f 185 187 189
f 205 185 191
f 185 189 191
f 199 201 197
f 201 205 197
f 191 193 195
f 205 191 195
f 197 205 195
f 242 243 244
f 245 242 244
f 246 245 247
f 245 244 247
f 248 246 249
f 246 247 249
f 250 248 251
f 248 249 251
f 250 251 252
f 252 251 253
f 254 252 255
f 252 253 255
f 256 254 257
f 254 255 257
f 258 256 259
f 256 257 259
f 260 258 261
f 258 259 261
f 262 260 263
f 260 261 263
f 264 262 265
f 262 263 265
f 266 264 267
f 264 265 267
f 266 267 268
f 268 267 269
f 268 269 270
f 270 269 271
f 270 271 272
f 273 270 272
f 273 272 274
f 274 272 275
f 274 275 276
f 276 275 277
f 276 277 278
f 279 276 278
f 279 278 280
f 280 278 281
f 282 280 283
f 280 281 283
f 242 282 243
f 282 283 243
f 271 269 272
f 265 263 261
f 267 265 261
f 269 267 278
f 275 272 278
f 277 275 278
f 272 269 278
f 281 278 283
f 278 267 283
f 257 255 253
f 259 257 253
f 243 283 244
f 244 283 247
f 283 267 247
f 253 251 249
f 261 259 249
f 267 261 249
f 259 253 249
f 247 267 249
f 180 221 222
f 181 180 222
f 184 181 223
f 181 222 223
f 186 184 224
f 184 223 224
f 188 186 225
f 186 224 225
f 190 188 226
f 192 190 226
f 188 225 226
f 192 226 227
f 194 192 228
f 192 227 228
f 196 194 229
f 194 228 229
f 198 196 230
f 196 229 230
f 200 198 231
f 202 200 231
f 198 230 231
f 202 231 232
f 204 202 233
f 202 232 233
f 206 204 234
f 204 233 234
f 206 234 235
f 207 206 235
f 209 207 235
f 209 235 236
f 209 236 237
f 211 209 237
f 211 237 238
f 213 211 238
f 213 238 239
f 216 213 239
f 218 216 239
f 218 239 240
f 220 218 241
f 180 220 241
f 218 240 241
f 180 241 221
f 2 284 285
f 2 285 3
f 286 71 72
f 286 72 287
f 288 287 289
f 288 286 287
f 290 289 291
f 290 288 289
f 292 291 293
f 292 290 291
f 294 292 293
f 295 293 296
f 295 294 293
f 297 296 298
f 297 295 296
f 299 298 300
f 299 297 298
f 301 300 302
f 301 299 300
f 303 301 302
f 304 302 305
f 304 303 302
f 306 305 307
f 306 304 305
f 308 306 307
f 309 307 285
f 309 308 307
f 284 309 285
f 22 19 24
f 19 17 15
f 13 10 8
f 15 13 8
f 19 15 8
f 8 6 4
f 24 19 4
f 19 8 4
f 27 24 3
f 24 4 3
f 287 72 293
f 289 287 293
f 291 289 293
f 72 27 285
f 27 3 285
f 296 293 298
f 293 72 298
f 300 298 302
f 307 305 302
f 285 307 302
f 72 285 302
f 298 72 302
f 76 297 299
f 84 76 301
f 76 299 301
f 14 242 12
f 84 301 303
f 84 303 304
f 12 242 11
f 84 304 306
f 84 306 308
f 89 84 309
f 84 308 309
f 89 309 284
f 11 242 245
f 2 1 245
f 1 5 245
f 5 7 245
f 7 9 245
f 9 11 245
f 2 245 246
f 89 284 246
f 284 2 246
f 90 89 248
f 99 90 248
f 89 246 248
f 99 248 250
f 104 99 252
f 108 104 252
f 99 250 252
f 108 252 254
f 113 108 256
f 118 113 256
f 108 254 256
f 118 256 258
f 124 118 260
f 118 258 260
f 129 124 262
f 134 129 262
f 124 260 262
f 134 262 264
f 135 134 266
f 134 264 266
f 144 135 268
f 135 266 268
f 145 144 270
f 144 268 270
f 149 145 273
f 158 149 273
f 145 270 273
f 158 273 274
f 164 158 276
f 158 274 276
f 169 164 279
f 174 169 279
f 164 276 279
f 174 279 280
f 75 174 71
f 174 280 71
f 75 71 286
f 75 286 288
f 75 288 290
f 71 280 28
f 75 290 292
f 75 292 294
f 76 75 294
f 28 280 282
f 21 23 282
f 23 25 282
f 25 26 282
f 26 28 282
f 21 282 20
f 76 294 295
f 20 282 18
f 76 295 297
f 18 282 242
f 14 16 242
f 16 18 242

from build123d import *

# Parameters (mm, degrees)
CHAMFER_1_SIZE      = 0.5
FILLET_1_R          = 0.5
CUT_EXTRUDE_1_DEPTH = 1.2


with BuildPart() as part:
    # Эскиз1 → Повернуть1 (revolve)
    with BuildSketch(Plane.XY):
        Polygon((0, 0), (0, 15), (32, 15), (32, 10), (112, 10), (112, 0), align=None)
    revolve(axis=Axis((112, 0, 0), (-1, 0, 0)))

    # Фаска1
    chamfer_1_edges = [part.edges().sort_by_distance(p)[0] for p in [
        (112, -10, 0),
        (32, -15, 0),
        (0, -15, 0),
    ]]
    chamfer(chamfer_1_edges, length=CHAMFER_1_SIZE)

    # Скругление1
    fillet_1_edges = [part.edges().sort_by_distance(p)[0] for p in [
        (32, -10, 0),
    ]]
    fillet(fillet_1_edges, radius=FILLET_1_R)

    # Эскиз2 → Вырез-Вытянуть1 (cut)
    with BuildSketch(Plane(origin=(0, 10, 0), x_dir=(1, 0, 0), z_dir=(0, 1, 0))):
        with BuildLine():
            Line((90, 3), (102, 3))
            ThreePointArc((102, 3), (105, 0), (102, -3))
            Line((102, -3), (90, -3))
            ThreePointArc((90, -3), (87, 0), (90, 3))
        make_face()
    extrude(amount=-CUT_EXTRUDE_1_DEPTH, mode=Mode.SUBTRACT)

-------------------------

In the listing above, locate the line containing "f 118 256 258" and the line containing "f 21 23 282". Extract those two lines and every line between them, exactly as written, and only those.

**Answer section:**
f 118 256 258
f 124 118 260
f 118 258 260
f 129 124 262
f 134 129 262
f 124 260 262
f 134 262 264
f 135 134 266
f 134 264 266
f 144 135 268
f 135 266 268
f 145 144 270
f 144 268 270
f 149 145 273
f 158 149 273
f 145 270 273
f 158 273 274
f 164 158 276
f 158 274 276
f 169 164 279
f 174 169 279
f 164 276 279
f 174 279 280
f 75 174 71
f 174 280 71
f 75 71 286
f 75 286 288
f 75 288 290
f 71 280 28
f 75 290 292
f 75 292 294
f 76 75 294
f 28 280 282
f 21 23 282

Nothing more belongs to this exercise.